Only way you can do that is use the megger it will tell the Megaohms and you can able tell the differnce when you engerized the megger and go thru the test prodcures.

And use Zog's specs that is very clearly stated the best methold and time to run the megger most case in a minuite the most.

Just be aware if you did actually meggered few different size motours it will show differnt result so there are few ways to dealt with it.

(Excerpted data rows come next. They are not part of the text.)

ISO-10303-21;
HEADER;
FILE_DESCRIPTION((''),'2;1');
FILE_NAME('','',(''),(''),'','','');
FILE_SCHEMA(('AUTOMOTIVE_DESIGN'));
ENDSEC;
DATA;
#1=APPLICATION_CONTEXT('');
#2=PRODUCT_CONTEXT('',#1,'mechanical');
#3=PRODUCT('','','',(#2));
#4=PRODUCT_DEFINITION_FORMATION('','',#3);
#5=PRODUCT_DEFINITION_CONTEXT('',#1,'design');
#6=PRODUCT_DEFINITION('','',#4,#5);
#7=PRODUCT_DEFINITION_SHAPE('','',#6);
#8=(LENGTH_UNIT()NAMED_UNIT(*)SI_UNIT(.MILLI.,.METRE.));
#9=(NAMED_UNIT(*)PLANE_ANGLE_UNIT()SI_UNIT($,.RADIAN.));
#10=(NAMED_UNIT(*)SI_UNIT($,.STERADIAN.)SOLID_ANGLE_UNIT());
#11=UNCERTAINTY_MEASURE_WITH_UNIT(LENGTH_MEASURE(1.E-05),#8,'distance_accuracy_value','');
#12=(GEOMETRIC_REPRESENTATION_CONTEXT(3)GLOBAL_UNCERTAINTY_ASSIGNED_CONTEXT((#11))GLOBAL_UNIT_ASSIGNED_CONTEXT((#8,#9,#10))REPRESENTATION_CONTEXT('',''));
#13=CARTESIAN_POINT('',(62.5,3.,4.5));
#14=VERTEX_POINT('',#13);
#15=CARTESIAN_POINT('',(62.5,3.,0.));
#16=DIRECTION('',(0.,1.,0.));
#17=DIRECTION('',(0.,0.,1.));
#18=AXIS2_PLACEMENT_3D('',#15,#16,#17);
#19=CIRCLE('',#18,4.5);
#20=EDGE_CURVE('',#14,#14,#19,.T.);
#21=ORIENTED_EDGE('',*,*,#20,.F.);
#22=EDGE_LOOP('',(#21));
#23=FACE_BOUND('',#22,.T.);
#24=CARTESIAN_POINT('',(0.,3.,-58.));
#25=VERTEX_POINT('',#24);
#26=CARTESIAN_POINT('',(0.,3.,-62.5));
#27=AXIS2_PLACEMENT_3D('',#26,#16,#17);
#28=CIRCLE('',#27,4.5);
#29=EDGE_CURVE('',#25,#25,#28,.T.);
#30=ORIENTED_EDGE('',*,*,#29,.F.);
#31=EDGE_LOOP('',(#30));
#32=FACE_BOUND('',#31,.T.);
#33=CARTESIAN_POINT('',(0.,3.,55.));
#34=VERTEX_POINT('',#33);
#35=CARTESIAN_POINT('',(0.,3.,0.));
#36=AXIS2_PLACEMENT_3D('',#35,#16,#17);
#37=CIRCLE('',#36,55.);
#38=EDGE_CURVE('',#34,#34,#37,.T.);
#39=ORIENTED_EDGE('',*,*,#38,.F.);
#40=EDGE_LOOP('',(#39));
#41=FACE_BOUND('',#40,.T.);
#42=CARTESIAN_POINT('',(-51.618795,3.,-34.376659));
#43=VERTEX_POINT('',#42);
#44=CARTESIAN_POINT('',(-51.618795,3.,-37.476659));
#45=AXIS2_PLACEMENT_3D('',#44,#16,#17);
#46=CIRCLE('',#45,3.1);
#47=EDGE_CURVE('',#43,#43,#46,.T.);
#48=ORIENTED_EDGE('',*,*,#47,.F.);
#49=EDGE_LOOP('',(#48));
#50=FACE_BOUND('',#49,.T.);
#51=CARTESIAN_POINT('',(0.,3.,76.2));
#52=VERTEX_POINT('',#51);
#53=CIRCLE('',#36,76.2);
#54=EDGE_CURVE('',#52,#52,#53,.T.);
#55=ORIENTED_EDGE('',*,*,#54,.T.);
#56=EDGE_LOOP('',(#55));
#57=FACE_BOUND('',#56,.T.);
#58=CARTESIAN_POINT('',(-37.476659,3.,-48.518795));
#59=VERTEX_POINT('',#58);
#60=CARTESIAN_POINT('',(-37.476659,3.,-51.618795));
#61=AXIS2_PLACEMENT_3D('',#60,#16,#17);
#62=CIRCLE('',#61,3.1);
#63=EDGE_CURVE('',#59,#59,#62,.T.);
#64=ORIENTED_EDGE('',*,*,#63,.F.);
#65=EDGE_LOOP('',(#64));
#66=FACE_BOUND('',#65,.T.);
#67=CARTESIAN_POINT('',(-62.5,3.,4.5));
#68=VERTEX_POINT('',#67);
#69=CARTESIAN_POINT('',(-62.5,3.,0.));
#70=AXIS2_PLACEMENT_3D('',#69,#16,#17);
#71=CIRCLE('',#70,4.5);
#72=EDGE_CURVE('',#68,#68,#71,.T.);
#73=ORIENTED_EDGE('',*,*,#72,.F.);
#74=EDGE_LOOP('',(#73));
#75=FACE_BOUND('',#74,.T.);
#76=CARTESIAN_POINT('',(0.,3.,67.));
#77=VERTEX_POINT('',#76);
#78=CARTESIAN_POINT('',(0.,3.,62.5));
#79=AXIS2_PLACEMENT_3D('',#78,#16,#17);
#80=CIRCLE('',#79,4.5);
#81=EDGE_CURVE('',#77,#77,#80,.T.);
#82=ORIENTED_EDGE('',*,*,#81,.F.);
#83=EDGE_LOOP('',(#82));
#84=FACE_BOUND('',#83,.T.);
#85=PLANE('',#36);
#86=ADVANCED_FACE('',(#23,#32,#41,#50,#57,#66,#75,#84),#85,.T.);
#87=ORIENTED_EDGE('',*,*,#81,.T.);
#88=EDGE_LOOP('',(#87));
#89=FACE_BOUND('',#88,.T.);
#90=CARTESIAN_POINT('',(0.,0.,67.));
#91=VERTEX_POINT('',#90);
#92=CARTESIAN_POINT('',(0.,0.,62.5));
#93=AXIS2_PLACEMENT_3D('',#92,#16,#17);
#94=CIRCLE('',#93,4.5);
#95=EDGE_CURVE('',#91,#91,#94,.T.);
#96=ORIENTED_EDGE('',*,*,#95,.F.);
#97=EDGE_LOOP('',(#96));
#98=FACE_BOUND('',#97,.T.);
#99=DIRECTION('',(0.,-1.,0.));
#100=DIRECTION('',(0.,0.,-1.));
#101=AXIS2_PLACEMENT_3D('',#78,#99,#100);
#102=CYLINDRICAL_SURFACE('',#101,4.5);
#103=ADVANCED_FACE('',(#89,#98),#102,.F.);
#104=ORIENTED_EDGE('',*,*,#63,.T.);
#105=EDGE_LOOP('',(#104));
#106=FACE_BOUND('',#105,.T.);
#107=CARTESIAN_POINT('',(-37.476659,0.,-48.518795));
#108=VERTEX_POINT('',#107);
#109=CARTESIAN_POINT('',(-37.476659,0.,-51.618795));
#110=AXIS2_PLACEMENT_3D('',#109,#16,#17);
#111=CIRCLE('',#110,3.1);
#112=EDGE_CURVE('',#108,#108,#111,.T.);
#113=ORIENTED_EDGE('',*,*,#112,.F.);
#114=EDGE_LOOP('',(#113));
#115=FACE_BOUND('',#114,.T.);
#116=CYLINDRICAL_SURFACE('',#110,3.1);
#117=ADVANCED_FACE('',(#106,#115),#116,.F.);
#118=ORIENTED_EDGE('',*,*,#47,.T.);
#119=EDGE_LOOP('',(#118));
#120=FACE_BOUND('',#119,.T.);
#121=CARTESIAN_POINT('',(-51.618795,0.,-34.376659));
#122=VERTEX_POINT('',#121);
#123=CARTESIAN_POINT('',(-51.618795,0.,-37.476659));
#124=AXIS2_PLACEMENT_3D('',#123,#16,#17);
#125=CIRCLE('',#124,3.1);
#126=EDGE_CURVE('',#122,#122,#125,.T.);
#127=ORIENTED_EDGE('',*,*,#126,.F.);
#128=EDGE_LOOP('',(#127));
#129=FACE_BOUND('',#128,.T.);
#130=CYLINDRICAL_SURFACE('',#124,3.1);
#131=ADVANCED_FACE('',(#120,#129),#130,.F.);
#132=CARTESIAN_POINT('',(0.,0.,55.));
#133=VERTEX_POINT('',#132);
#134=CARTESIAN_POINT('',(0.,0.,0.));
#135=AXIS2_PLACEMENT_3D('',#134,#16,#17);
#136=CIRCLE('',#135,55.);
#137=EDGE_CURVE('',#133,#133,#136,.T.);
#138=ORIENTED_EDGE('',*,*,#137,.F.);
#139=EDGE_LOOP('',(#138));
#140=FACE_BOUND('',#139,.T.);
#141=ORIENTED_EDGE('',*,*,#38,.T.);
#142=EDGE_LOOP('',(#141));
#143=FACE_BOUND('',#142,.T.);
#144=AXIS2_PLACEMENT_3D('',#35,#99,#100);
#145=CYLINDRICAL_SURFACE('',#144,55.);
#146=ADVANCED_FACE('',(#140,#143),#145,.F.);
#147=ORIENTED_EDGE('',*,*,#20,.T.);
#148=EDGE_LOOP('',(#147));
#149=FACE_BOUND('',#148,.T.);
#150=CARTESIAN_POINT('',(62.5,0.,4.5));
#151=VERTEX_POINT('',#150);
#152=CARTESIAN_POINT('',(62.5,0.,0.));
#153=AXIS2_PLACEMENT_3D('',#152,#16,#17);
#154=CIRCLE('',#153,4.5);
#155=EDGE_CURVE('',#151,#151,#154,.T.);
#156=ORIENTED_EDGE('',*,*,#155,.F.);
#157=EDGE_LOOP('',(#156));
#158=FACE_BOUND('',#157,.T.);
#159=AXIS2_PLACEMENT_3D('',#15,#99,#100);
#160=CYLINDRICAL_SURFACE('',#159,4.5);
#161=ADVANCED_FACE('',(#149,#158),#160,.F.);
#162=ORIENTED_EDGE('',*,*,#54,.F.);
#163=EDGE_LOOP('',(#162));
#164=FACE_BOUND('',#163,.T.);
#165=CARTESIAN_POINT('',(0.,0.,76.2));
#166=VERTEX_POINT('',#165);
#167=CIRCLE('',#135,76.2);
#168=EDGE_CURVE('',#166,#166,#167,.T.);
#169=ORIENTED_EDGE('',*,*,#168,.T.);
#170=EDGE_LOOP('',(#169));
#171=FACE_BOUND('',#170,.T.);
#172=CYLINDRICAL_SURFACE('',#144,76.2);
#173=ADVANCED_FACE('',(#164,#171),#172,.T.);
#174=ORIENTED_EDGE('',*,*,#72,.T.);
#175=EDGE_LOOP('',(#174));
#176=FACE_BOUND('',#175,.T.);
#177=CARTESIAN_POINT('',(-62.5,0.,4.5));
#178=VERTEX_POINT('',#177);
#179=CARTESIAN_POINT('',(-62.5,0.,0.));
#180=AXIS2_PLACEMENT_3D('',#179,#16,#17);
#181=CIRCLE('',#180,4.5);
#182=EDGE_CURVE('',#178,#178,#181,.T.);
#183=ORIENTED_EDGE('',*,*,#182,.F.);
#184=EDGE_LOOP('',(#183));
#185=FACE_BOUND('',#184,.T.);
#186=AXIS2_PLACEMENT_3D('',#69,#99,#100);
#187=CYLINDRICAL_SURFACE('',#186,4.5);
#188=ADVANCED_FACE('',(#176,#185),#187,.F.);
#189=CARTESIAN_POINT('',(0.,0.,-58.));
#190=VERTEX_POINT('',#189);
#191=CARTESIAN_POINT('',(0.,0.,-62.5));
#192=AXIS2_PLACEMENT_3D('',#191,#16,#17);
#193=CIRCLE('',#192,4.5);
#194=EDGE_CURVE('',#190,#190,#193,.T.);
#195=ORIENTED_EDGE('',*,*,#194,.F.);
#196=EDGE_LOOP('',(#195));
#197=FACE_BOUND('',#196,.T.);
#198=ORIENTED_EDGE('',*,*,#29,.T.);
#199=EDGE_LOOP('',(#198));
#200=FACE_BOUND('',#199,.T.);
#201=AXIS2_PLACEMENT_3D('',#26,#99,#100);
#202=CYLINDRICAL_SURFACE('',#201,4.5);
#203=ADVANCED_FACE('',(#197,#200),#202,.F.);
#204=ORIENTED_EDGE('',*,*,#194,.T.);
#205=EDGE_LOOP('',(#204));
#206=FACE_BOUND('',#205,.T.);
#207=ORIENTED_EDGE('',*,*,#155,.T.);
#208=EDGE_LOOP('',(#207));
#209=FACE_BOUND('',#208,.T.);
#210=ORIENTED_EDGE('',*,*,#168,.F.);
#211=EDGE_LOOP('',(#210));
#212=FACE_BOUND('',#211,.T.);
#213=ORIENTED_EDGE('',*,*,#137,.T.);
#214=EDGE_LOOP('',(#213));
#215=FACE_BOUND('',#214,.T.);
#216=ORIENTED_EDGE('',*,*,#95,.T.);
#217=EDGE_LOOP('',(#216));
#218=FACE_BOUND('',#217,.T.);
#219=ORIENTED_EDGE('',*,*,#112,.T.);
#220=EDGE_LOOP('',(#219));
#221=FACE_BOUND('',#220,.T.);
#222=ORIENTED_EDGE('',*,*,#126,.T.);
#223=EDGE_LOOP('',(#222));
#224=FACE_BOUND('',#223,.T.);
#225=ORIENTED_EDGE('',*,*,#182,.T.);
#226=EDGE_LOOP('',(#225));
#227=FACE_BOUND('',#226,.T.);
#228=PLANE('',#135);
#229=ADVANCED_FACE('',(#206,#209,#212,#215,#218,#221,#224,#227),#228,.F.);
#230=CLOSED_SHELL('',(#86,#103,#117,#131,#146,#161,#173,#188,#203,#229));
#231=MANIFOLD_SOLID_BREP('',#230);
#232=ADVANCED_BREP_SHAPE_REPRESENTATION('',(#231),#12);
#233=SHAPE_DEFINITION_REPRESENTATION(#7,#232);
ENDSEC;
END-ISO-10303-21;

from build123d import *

# Parameters (mm, degrees)
SKETCH1_R           = 76.2
SKETCH1_R_2         = 4.5
SKETCH1_R_3         = 55
BOSS_EXTRUDE1_DEPTH = 3
SKETCH2_R           = 3.1
CUT_EXTRUDE1_DEPTH  = 3


with BuildPart() as part:
    # Sketch1 → Boss-Extrude1 (new body)
    with BuildSketch(Plane(origin=(0, 0, 0), x_dir=(1, 0, 0), z_dir=(0, 1, 0))):
        with Locations(Location((0, 0, 0), (0, 0, 270))):
            Circle(SKETCH1_R)
        with Locations(Location((0, 62.5, 0), (0, 0, 270))):
            Circle(SKETCH1_R_2, mode=Mode.SUBTRACT)
        with Locations(Location((62.5, 0, 0), (0, 0, 270))):
            Circle(SKETCH1_R_2, mode=Mode.SUBTRACT)
        with Locations(Location((0, -62.5, 0), (0, 0, 270))):
            Circle(SKETCH1_R_2, mode=Mode.SUBTRACT)
        with Locations(Location((-62.5, 0, 0), (0, 0, 270))):
            Circle(SKETCH1_R_2, mode=Mode.SUBTRACT)
        with Locations(Location((0, 0, 0), (0, 0, 270))):
            Circle(SKETCH1_R_3, mode=Mode.SUBTRACT)
    extrude(amount=BOSS_EXTRUDE1_DEPTH)

    # Sketch2 → Cut-Extrude1 (cut)
    with BuildSketch(Plane(origin=(0, 3, 0), x_dir=(1, 0, 0), z_dir=(0, 1, 0))):
        with Locations(Location((-51.618795027, 37.476659403, 0), (0, 0, 270))):
            Circle(SKETCH2_R)
        with Locations(Location((-37.476659403, 51.618795027, 0), (0, 0, 270))):
            Circle(SKETCH2_R)
    extrude(amount=-CUT_EXTRUDE1_DEPTH, mode=Mode.SUBTRACT)


solid = part.part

And there are few other threads have allready have megger discussion so you may want to hit the search function for this purpose.

Merci,
Marc


----------



## acro

10-4


----------



## CheapCharlie

Actually winding resistance is a very important test on larger motors. (Phase to phase with a DVM). You have to be careful that the motor is not spinning at all (a fan for example) or your readings will be all over the place. But even a difference of .5 an ohm can be significant.


----------



## Cram Renraff

I have a 3 phase, 480 volt 20 hp motor running a conveyor which usually has standing freight on it. If they use more than half of the belt, it begins to overload (and is real close at half). All three phases read 100 megohms to ground. I'm thinking the motor is undersized for the job but since I am a vendor working at a different companies facility and they have their own engineering department, I am unlikely to convince the powers that be of this. Could I be wrong? Should I meg between the windings? Oddly, perhaps, of the five conveyors in this facility with 20 hp motors, this one pulls the lowest amperage without any freight on it.


----------



## <1percent

Production demands don't trump common sense, rather, it tramples it.
Always, always, rely on your training as an Electrician. Always.


----------



## <1percent

Cram Renraff said:


> I have a 3 phase, 480 volt 20 hp motor running a conveyor which usually has standing freight on it. If they use more than half of the belt, it begins to overload (and is real close at half). All three phases read 100 megohms to ground. I'm thinking the motor is undersized for the job but since I am a vendor working at a different companies facility and they have their own engineering department, I am unlikely to convince the powers that be of this. Could I be wrong? Should I meg between the windings? Oddly, perhaps, of the five conveyors in this facility with 20 hp motors, this one pulls the lowest amperage without any freight on it.


With some motors, you can check for shorts between the windings, but you need to be able to break the tie for the windings (delta or wye?). A lot of euro. motor manuf. use tie bars inside the terminal housing.
Maybe you can use an ac clamp meter, if you have one. Measure the amp draw on all three legs with motor running (no load, normal load) If you are not balanced, you can move forward with testing the motor branch circuit with your DMM for shorts, grounds, etc. Break it down into sections, starting with MCC cubicle, and work towards the motor. Every termination point is a possible weak link.


----------



## glen1971

5 years later, I'm hoping the OP figured it out...


----------



## Awg-Dawg

glen1971 said:


> 5 years later, I'm hoping the OP figured it out...


 
Looks like he did.




Last Activity: 06-05-2009 12:21 PM


----------



## jmoon

Cram Renraff said:


> I have a 3 phase, 480 volt 20 hp motor running a conveyor which usually has standing freight on it. If they use more than half of the belt, it begins to overload (and is real close at half). All three phases read 100 megohms to ground. I'm thinking the motor is undersized for the job but since I am a vendor working at a different companies facility and they have their own engineering department, I am unlikely to convince the powers that be of this. Could I be wrong? Should I meg between the windings? Oddly, perhaps, of the five conveyors in this facility with 20 hp motors, this one pulls the lowest amperage without any freight on it.


What's FLA on that motor? 26/28ish?

What's it drawing on an empty / full load? The solution may be a different gearbox rather than a bigger motor.


----------